_Directions for this task_. In the entries that follow, find the line containing "v14 (30,3,17.75)"; from there, copy every line exactly through the line containing "e19 v19 v20 LINE".

_Supplied records_.
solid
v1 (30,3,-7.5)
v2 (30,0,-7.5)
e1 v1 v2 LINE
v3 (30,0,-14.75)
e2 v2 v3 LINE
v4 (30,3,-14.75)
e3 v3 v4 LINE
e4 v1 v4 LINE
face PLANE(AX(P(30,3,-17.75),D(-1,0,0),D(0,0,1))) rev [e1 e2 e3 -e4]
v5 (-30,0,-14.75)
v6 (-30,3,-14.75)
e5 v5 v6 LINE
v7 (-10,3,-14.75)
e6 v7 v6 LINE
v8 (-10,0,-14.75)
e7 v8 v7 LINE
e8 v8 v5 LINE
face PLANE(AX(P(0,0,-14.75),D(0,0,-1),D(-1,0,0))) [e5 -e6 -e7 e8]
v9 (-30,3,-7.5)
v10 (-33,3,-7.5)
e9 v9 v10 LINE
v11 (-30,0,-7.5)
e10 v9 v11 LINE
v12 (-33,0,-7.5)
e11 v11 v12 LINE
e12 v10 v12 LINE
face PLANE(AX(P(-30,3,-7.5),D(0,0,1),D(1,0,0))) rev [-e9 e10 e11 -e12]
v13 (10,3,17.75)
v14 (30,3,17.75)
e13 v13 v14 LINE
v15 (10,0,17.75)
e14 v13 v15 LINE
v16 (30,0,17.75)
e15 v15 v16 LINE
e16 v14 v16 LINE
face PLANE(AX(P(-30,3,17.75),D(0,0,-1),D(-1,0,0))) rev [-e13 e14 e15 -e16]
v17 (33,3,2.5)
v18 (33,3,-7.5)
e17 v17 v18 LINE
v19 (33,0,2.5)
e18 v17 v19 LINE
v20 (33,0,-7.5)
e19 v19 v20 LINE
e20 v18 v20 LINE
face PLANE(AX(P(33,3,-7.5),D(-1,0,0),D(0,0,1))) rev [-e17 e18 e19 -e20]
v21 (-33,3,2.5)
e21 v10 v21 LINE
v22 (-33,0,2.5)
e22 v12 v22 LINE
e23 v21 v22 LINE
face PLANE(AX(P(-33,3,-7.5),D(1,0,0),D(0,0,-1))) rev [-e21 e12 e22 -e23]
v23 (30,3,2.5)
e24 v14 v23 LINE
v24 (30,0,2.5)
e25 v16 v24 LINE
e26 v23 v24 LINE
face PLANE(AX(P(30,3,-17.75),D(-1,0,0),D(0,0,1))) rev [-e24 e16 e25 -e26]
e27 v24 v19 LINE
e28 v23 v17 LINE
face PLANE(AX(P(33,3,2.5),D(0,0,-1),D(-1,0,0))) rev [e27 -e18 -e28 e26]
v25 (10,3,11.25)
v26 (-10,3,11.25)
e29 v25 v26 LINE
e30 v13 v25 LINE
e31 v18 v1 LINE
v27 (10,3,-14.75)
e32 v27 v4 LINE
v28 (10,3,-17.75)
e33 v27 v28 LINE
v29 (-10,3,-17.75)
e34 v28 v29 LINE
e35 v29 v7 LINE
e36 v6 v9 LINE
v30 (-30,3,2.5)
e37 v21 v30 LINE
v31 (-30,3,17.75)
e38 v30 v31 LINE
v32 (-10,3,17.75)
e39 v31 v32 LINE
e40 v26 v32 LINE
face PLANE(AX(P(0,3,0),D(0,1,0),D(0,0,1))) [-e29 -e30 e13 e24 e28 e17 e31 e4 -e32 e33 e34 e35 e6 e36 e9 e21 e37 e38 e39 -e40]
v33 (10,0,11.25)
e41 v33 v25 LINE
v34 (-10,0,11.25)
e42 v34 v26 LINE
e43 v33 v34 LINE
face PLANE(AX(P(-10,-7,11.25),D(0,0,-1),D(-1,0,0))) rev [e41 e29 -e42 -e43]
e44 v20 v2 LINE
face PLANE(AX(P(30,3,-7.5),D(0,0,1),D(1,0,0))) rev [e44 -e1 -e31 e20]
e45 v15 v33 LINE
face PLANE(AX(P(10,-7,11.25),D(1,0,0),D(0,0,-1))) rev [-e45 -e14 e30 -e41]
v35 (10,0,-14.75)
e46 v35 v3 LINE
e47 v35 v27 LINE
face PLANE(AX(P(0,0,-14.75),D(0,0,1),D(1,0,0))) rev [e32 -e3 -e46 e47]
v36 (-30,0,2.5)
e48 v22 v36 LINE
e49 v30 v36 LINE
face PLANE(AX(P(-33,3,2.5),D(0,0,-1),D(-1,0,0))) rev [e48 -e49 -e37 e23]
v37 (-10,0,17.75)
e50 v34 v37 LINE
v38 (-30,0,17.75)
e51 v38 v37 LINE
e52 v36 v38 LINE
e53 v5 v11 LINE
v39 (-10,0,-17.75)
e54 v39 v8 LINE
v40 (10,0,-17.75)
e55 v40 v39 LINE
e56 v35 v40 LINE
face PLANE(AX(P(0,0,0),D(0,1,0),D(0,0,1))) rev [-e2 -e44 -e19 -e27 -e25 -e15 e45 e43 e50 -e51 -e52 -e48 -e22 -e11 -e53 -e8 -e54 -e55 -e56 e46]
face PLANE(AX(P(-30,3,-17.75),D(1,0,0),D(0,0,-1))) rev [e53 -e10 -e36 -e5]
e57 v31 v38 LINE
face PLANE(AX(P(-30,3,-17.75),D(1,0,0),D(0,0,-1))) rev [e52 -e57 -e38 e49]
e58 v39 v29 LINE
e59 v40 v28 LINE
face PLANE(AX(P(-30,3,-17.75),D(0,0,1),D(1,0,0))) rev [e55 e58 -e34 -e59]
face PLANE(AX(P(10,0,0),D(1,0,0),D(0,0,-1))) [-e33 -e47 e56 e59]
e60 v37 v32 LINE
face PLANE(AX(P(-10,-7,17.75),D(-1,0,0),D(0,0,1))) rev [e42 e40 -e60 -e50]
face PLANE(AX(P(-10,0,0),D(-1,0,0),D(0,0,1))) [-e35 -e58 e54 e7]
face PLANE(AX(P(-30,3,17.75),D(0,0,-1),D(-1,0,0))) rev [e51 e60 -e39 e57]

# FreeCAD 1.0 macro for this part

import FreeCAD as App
import Part
import Sketcher

V = App.Vector

doc = App.newDocument("Part")
body = doc.addObject("PartDesign::Body", "Body")

# Sketch on XZ plane
sketch1 = body.newObject("Sketcher::SketchObject", "Sketch")
sketch1.AttachmentSupport = (doc.getObject("XZ_Plane"), [""])
sketch1.MapMode = "FlatFace"
sketch1.addGeometry([
    Part.LineSegment(V(-30, -17.75, 0), V(-30, 17.75, 0)),
    Part.LineSegment(V(-30, 17.75, 0), V(30, 17.75, 0)),
    Part.LineSegment(V(30, 17.75, 0), V(30, -17.75, 0)),
    Part.LineSegment(V(30, -17.75, 0), V(-30, -17.75, 0)),
], False)
sketch1.addConstraint([
    Sketcher.Constraint("Coincident", 0, 2, 1, 1),
    Sketcher.Constraint("Coincident", 1, 2, 2, 1),
    Sketcher.Constraint("Coincident", 2, 2, 3, 1),
    Sketcher.Constraint("Coincident", 3, 2, 0, 1),
    Sketcher.Constraint("Vertical", 0),
    Sketcher.Constraint("Horizontal", 1),
    Sketcher.Constraint("Vertical", 2),
    Sketcher.Constraint("Horizontal", 3),
    Sketcher.Constraint("Symmetric", 0, 2, 2, 2, -1, 1),
    Sketcher.Constraint("DistanceX", 1, 1, 1, 2, 60.0),
    Sketcher.Constraint("DistanceY", 0, 1, 0, 2, 35.5),
])
pad1 = body.newObject("PartDesign::Pad", "Pad")
pad1.Profile = sketch1
pad1.Length = 3
pad1.Reversed = True

# Sketch on XZ plane
sketch2 = body.newObject("Sketcher::SketchObject", "Sketch001")
sketch2.AttachmentSupport = (doc.getObject("XZ_Plane"), [""])
sketch2.MapMode = "FlatFace"
sketch2.addGeometry([
    Part.LineSegment(V(-33, -7.5, 0), V(-33, 2.5, 0)),  # 0
    Part.LineSegment(V(-33, 2.5, 0), V(-30, 2.5, 0)),  # 1
    Part.LineSegment(V(-30, 2.5, 0), V(-30, -7.5, 0)),  # 2
    Part.LineSegment(V(-30, -7.5, 0), V(-33, -7.5, 0)),  # 3
    Part.LineSegment(V(30, -7.5, 0), V(30, 2.5, 0)),  # 4
    Part.LineSegment(V(30, 2.5, 0), V(33, 2.5, 0)),  # 5
    Part.LineSegment(V(33, 2.5, 0), V(33, -7.5, 0)),  # 6
    Part.LineSegment(V(33, -7.5, 0), V(30, -7.5, 0)),  # 7
], False)
sketch2.addConstraint([
    Sketcher.Constraint("Coincident", 0, 2, 1, 1),
    Sketcher.Constraint("Coincident", 1, 2, 2, 1),
    Sketcher.Constraint("Coincident", 2, 2, 3, 1),
    Sketcher.Constraint("Coincident", 3, 2, 0, 1),
    Sketcher.Constraint("Coincident", 4, 2, 5, 1),
    Sketcher.Constraint("Coincident", 5, 2, 6, 1),
    Sketcher.Constraint("Coincident", 6, 2, 7, 1),
    Sketcher.Constraint("Coincident", 7, 2, 4, 1),
    Sketcher.Constraint("Vertical", 0),
    Sketcher.Constraint("Horizontal", 1),
    Sketcher.Constraint("Vertical", 2),
    Sketcher.Constraint("Horizontal", 3),
    Sketcher.Constraint("Vertical", 4),
    Sketcher.Constraint("Horizontal", 5),
    Sketcher.Constraint("Vertical", 6),
    Sketcher.Constraint("Horizontal", 7),
    Sketcher.Constraint("Symmetric", 1, 2, 4, 2, -2),
    Sketcher.Constraint("Symmetric", 3, 2, 6, 2, -2),
    Sketcher.Constraint("DistanceX", 1, 1, 1, 2, 3.0),
    Sketcher.Constraint("DistanceY", 0, 1, 0, 2, 10.0),
    Sketcher.Constraint("DistanceX", 0, 2, -1, 1, 33.0),
    Sketcher.Constraint("DistanceY", -1, 1, 0, 2, 2.5),
])
pad2 = body.newObject("PartDesign::Pad", "Pad001")
pad2.Profile = sketch2
pad2.Length = 3
pad2.Reversed = True

# Sketch on XZ plane
sketch3 = body.newObject("Sketcher::SketchObject", "Sketch002")
sketch3.AttachmentSupport = (doc.getObject("XZ_Plane"), [""])
sketch3.MapMode = "FlatFace"
sketch3.AttachmentOffset = App.Placement(V(0, 0, -3), App.Rotation())
sketch3.addGeometry([
    Part.LineSegment(V(-30, -17.75, 0), V(-30, -14.75, 0)),  # 0
    Part.LineSegment(V(-30, -14.75, 0), V(-10, -14.75, 0)),  # 1
    Part.LineSegment(V(-10, -14.75, 0), V(-10, -17.75, 0)),  # 2
    Part.LineSegment(V(-10, -17.75, 0), V(-30, -17.75, 0)),  # 3
    Part.LineSegment(V(10, -17.75, 0), V(10, -14.75, 0)),  # 4
    Part.LineSegment(V(10, -14.75, 0), V(30, -14.75, 0)),  # 5
    Part.LineSegment(V(30, -14.75, 0), V(30, -17.75, 0)),  # 6
    Part.LineSegment(V(30, -17.75, 0), V(10, -17.75, 0)),  # 7
], False)
sketch3.addConstraint([
    Sketcher.Constraint("Coincident", 0, 2, 1, 1),
    Sketcher.Constraint("Coincident", 1, 2, 2, 1),
    Sketcher.Constraint("Coincident", 2, 2, 3, 1),
    Sketcher.Constraint("Coincident", 3, 2, 0, 1),
    Sketcher.Constraint("Coincident", 4, 2, 5, 1),
    Sketcher.Constraint("Coincident", 5, 2, 6, 1),
    Sketcher.Constraint("Coincident", 6, 2, 7, 1),
    Sketcher.Constraint("Coincident", 7, 2, 4, 1),
    Sketcher.Constraint("Vertical", 0),
    Sketcher.Constraint("Horizontal", 1),
    Sketcher.Constraint("Vertical", 2),
    Sketcher.Constraint("Horizontal", 3),
    Sketcher.Constraint("Vertical", 4),
    Sketcher.Constraint("Horizontal", 5),
    Sketcher.Constraint("Vertical", 6),
    Sketcher.Constraint("Horizontal", 7),
    Sketcher.Constraint("Symmetric", 1, 2, 4, 2, -2),
    Sketcher.Constraint("Symmetric", 3, 2, 6, 2, -2),
    Sketcher.Constraint("DistanceX", 1, 1, 1, 2, 20.0),
    Sketcher.Constraint("DistanceY", 0, 1, 0, 2, 3.0),
    Sketcher.Constraint("DistanceX", 0, 2, -1, 1, 30.0),
    Sketcher.Constraint("DistanceY", 0, 2, -1, 1, 14.75),
])
pocket1 = body.newObject("PartDesign::Pocket", "Pocket")
pocket1.Profile = sketch3
pocket1.Length = 3
pocket1.Reversed = True

# Sketch on XZ plane
sketch4 = body.newObject("Sketcher::SketchObject", "Sketch003")
sketch4.AttachmentSupport = (doc.getObject("XZ_Plane"), [""])
sketch4.MapMode = "FlatFace"
sketch4.AttachmentOffset = App.Placement(V(0, 0, -3), App.Rotation())
sketch4.addGeometry([
    Part.LineSegment(V(-10, 11.25, 0), V(-10, 17.75, 0)),
    Part.LineSegment(V(-10, 17.75, 0), V(10, 17.75, 0)),
    Part.LineSegment(V(10, 17.75, 0), V(10, 11.25, 0)),
    Part.LineSegment(V(10, 11.25, 0), V(-10, 11.25, 0)),
], False)
sketch4.addConstraint([
    Sketcher.Constraint("Coincident", 0, 2, 1, 1),
    Sketcher.Constraint("Coincident", 1, 2, 2, 1),
    Sketcher.Constraint("Coincident", 2, 2, 3, 1),
    Sketcher.Constraint("Coincident", 3, 2, 0, 1),
    Sketcher.Constraint("Vertical", 0),
    Sketcher.Constraint("Horizontal", 1),
    Sketcher.Constraint("Vertical", 2),
    Sketcher.Constraint("Horizontal", 3),
    Sketcher.Constraint("DistanceX", 1, 1, 1, 2, 20.0),
    Sketcher.Constraint("DistanceY", 0, 1, 0, 2, 6.5),
    Sketcher.Constraint("DistanceX", 0, 2, -1, 1, 10.0),
    Sketcher.Constraint("DistanceY", -1, 1, 0, 2, 17.75),
])
pocket2 = body.newObject("PartDesign::Pocket", "Pocket001")
pocket2.Profile = sketch4
pocket2.Length = 10
pocket2.Reversed = True

doc.recompute()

_Result of the exercise_.
v14 (30,3,17.75)
e13 v13 v14 LINE
v15 (10,0,17.75)
e14 v13 v15 LINE
v16 (30,0,17.75)
e15 v15 v16 LINE
e16 v14 v16 LINE
face PLANE(AX(P(-30,3,17.75),D(0,0,-1),D(-1,0,0))) rev [-e13 e14 e15 -e16]
v17 (33,3,2.5)
v18 (33,3,-7.5)
e17 v17 v18 LINE
v19 (33,0,2.5)
e18 v17 v19 LINE
v20 (33,0,-7.5)
e19 v19 v20 LINE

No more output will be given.